▸ WHAT YOU ARE ASKED TO DO:
The lines to repeat are those below from the one containing "e21 v20 v21 LINE" down to the one containing "e33 v30 v20 LINE", both included; reproduce them exactly and nothing else.
───── DATASET EXTRACT
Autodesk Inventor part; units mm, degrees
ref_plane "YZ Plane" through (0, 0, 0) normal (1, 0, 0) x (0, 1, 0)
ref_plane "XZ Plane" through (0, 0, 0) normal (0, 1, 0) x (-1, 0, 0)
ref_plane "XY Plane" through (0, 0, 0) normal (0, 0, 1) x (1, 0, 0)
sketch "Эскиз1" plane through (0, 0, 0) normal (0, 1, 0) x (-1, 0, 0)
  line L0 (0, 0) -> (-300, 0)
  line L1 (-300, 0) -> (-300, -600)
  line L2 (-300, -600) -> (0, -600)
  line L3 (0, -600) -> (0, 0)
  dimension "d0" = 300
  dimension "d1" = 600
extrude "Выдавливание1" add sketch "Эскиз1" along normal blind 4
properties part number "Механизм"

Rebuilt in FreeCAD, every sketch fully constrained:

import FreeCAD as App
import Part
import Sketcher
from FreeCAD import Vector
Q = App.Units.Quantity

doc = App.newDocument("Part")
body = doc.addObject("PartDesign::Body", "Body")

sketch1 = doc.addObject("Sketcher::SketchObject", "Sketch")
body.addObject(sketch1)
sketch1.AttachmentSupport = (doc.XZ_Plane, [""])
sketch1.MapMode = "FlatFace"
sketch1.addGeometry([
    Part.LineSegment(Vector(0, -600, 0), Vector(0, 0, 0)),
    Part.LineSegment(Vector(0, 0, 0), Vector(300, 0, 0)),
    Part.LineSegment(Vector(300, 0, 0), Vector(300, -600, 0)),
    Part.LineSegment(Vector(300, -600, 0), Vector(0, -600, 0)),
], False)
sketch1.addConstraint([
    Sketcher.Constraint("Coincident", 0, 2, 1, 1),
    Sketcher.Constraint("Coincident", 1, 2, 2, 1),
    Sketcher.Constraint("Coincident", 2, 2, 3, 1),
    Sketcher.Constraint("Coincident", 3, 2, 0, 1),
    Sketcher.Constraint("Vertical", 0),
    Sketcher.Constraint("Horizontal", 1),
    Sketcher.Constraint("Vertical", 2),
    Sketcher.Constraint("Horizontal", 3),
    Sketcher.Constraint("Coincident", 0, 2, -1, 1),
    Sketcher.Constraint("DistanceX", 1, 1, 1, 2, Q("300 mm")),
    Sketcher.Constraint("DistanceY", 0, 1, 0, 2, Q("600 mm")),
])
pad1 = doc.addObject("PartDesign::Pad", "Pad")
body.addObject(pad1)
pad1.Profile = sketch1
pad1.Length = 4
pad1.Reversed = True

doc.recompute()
──────────
───── DATASET EXTRACT
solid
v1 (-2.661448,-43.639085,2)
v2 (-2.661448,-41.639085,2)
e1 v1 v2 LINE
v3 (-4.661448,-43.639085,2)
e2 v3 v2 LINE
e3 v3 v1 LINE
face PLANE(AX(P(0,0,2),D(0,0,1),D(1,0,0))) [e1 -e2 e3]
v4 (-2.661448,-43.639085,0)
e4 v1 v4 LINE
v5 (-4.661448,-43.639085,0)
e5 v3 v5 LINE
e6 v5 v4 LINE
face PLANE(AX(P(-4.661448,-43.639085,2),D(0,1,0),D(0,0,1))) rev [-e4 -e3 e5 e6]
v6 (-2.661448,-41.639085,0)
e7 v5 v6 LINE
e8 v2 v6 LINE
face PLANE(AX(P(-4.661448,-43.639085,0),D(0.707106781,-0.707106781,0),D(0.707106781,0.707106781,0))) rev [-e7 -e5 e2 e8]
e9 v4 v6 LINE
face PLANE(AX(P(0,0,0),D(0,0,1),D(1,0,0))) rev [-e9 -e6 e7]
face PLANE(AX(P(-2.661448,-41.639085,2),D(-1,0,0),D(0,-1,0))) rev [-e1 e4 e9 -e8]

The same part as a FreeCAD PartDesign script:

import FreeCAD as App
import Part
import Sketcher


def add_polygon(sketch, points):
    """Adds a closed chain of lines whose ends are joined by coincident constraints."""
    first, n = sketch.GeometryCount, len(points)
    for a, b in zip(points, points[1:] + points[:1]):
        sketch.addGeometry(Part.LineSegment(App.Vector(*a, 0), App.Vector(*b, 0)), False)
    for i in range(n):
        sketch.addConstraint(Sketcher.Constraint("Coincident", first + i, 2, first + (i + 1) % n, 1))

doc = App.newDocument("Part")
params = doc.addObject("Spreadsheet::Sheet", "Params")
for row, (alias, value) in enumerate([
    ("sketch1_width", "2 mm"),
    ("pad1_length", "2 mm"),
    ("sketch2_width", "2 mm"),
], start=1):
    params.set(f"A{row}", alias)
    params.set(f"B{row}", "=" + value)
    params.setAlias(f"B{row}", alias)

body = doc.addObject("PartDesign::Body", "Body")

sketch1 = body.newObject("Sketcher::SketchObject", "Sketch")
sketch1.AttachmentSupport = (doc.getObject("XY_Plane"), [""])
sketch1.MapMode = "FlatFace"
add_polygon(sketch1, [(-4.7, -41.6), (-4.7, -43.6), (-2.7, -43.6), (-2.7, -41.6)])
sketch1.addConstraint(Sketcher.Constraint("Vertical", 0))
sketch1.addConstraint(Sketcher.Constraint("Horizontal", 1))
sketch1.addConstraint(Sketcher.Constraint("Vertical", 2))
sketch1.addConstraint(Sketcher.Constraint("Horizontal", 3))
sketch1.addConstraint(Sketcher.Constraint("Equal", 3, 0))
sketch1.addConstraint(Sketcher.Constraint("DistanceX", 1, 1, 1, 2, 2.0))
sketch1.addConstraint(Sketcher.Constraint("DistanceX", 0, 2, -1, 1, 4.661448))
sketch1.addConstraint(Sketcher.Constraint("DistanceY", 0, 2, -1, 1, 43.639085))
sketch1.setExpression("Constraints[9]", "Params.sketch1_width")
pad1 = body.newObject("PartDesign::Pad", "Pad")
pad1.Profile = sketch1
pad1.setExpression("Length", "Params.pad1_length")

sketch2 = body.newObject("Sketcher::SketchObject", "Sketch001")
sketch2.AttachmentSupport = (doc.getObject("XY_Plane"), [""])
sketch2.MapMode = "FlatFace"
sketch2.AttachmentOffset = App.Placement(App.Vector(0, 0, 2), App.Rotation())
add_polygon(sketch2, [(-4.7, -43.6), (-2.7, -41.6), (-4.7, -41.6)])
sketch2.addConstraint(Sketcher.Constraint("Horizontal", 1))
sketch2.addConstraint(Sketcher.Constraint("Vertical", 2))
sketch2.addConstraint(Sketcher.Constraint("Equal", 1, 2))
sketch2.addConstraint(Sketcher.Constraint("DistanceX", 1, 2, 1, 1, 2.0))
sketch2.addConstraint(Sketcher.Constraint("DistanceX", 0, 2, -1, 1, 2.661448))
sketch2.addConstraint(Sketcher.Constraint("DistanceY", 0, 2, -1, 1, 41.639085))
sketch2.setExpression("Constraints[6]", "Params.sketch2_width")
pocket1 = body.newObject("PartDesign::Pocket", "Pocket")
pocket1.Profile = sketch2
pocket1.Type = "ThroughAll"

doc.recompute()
──────────
───── DATASET EXTRACT
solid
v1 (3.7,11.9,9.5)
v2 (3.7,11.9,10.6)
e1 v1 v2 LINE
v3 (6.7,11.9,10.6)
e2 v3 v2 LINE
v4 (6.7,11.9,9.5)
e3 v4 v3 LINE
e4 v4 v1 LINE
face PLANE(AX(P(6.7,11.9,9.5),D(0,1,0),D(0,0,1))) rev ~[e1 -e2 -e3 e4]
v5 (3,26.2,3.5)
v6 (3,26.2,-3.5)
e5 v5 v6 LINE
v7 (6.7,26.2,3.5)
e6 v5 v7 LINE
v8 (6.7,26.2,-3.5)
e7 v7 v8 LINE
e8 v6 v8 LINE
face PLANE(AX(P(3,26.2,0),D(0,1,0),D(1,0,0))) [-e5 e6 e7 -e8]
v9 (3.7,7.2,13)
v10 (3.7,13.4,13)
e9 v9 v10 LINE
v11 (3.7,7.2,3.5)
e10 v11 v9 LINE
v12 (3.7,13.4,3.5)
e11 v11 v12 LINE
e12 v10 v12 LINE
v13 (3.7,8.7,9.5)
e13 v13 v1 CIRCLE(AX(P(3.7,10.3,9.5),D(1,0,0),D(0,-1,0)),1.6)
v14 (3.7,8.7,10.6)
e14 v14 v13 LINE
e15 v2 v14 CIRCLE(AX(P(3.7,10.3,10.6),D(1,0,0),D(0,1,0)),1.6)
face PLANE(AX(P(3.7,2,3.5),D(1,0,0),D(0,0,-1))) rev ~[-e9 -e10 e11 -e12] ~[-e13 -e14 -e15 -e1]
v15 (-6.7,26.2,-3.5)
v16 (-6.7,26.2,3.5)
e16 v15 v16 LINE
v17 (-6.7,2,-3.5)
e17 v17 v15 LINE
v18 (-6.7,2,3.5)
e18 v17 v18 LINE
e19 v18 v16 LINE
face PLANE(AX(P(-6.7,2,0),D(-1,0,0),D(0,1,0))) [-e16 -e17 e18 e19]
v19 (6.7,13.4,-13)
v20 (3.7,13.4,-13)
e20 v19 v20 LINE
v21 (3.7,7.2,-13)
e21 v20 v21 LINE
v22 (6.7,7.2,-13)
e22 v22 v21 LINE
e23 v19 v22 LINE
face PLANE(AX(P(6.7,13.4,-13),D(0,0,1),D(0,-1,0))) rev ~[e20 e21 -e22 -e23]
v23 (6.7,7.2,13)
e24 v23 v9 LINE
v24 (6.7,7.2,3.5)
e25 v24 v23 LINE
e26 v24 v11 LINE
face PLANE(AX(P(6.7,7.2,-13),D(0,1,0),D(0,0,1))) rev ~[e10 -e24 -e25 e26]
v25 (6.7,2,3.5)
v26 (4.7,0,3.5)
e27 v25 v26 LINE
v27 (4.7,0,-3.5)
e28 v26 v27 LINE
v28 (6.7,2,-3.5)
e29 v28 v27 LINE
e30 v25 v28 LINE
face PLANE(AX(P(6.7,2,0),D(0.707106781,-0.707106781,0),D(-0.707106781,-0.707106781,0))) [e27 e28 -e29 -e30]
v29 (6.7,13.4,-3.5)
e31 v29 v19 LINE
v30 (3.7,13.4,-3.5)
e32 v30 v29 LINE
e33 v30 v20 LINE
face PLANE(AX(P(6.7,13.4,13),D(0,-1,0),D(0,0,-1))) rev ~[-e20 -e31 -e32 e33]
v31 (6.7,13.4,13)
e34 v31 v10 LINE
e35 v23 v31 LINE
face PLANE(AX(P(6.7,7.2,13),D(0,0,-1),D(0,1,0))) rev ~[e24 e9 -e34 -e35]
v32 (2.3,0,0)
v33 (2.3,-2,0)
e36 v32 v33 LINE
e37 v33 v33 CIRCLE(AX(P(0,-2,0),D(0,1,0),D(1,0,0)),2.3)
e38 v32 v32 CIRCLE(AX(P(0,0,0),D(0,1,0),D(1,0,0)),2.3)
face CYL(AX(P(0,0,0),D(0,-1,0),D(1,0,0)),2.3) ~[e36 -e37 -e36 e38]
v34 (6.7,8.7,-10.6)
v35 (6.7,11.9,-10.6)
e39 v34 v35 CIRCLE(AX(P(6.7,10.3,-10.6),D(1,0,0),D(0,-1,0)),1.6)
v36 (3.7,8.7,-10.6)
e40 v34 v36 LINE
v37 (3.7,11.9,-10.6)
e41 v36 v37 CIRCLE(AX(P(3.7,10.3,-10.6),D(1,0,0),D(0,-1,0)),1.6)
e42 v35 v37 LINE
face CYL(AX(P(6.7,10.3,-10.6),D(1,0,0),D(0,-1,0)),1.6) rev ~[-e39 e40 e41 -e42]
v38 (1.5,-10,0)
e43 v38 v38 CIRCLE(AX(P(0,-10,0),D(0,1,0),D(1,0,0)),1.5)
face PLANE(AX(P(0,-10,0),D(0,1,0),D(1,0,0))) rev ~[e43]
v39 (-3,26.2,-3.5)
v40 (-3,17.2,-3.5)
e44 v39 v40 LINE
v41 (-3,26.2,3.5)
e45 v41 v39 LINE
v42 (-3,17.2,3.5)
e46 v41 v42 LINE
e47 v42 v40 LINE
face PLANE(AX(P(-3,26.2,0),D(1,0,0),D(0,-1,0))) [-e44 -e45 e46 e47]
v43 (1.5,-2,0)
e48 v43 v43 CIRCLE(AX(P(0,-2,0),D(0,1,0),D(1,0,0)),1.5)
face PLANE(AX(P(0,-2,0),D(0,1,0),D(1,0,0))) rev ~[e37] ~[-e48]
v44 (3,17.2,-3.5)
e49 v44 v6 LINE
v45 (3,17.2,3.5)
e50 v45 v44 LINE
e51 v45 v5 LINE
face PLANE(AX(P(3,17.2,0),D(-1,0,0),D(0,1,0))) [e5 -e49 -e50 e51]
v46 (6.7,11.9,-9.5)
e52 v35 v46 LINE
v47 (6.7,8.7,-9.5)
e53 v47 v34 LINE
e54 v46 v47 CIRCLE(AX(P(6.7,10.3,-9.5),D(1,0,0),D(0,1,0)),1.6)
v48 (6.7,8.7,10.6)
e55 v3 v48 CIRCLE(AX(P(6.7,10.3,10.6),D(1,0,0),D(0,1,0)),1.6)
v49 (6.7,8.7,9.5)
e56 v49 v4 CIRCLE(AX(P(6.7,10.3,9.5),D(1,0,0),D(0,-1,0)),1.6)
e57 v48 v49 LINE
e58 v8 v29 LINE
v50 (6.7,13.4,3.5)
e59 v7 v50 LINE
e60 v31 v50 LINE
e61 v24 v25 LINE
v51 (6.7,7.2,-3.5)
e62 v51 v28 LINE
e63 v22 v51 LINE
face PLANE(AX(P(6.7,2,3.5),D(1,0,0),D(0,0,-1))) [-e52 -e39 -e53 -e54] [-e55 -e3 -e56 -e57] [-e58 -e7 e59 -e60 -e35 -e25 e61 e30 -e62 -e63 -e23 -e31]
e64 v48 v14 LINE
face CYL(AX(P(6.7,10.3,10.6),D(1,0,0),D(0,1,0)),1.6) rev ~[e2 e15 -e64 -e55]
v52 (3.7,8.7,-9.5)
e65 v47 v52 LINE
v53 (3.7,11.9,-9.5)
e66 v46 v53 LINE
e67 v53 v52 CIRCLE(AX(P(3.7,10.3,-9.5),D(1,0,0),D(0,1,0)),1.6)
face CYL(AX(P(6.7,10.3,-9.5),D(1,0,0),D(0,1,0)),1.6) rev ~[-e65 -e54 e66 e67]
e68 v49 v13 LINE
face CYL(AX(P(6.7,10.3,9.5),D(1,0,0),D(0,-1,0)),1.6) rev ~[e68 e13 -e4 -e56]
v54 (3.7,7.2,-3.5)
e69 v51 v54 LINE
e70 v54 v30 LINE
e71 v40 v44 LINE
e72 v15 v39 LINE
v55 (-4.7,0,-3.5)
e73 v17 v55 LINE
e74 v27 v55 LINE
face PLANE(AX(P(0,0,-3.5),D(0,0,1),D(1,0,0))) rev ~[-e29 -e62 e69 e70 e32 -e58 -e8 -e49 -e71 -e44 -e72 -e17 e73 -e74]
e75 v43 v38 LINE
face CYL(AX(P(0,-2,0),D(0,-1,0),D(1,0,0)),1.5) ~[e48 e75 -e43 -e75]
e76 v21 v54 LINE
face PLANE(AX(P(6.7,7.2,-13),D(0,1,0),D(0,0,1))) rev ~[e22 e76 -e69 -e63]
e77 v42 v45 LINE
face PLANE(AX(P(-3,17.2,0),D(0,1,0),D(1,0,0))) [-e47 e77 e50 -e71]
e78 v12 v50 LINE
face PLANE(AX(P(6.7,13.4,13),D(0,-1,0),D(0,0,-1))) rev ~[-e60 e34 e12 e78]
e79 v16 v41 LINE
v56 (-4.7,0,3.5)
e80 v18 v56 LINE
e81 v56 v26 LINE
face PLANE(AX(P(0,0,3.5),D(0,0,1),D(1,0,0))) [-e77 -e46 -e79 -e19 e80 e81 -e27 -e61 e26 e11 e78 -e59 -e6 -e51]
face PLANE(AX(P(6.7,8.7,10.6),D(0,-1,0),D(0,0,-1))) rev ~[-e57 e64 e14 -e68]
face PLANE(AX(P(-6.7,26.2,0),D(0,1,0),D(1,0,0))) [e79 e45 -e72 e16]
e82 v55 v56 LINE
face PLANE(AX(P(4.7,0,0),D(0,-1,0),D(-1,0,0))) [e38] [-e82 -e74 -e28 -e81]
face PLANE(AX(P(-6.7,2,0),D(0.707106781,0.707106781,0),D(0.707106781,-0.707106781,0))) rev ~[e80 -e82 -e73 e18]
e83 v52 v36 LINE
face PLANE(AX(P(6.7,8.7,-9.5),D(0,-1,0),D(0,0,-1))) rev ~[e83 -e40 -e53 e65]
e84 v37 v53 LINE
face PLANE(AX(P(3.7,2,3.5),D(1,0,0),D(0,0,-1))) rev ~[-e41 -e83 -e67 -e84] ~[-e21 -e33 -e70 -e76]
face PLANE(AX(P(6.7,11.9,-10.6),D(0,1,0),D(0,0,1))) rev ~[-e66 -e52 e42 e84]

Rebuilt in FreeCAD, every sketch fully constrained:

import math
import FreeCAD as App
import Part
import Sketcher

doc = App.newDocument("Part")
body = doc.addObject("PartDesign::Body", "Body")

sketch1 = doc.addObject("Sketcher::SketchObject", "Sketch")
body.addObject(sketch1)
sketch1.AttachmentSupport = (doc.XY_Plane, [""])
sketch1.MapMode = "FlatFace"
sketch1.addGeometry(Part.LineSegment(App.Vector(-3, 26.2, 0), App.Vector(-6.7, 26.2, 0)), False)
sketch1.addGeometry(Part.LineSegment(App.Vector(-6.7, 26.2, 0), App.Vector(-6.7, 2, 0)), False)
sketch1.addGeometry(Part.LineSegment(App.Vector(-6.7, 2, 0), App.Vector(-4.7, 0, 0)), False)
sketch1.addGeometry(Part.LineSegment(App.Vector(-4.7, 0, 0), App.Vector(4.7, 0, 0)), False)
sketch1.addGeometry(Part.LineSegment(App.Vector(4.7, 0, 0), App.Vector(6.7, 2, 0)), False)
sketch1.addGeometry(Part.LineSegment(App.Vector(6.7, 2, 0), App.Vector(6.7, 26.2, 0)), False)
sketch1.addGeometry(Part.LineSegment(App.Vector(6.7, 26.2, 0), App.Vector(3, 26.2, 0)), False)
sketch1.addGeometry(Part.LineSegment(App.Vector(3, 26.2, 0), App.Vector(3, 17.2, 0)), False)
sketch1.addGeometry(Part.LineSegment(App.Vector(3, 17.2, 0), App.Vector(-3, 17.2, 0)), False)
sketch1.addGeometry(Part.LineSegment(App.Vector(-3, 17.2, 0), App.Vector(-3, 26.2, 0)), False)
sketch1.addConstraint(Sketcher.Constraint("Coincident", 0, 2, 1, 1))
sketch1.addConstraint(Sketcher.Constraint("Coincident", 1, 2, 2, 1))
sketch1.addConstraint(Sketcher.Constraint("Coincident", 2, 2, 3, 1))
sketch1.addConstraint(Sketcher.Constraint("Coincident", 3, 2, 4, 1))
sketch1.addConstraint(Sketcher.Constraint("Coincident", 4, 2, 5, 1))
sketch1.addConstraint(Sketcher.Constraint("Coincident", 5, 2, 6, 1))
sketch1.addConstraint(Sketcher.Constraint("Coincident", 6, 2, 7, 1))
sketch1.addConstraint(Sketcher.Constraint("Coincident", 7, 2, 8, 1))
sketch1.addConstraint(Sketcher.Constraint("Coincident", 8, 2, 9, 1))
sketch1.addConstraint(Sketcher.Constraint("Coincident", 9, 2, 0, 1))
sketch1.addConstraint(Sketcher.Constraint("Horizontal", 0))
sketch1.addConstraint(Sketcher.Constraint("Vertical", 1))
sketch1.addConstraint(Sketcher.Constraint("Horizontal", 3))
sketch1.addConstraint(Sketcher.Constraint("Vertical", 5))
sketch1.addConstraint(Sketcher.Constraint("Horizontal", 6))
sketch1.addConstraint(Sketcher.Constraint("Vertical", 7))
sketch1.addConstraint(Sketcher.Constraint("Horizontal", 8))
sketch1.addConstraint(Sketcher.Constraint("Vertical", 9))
──────────
▸ OUTPUT OF THE EXERCISE:
e21 v20 v21 LINE
v22 (6.7,7.2,-13)
e22 v22 v21 LINE
e23 v19 v22 LINE
face PLANE(AX(P(6.7,13.4,-13),D(0,0,1),D(0,-1,0))) rev ~[e20 e21 -e22 -e23]
v23 (6.7,7.2,13)
e24 v23 v9 LINE
v24 (6.7,7.2,3.5)
e25 v24 v23 LINE
e26 v24 v11 LINE
face PLANE(AX(P(6.7,7.2,-13),D(0,1,0),D(0,0,1))) rev ~[e10 -e24 -e25 e26]
v25 (6.7,2,3.5)
v26 (4.7,0,3.5)
e27 v25 v26 LINE
v27 (4.7,0,-3.5)
e28 v26 v27 LINE
v28 (6.7,2,-3.5)
e29 v28 v27 LINE
e30 v25 v28 LINE
face PLANE(AX(P(6.7,2,0),D(0.707106781,-0.707106781,0),D(-0.707106781,-0.707106781,0))) [e27 e28 -e29 -e30]
v29 (6.7,13.4,-3.5)
e31 v29 v19 LINE
v30 (3.7,13.4,-3.5)
e32 v30 v29 LINE
e33 v30 v20 LINE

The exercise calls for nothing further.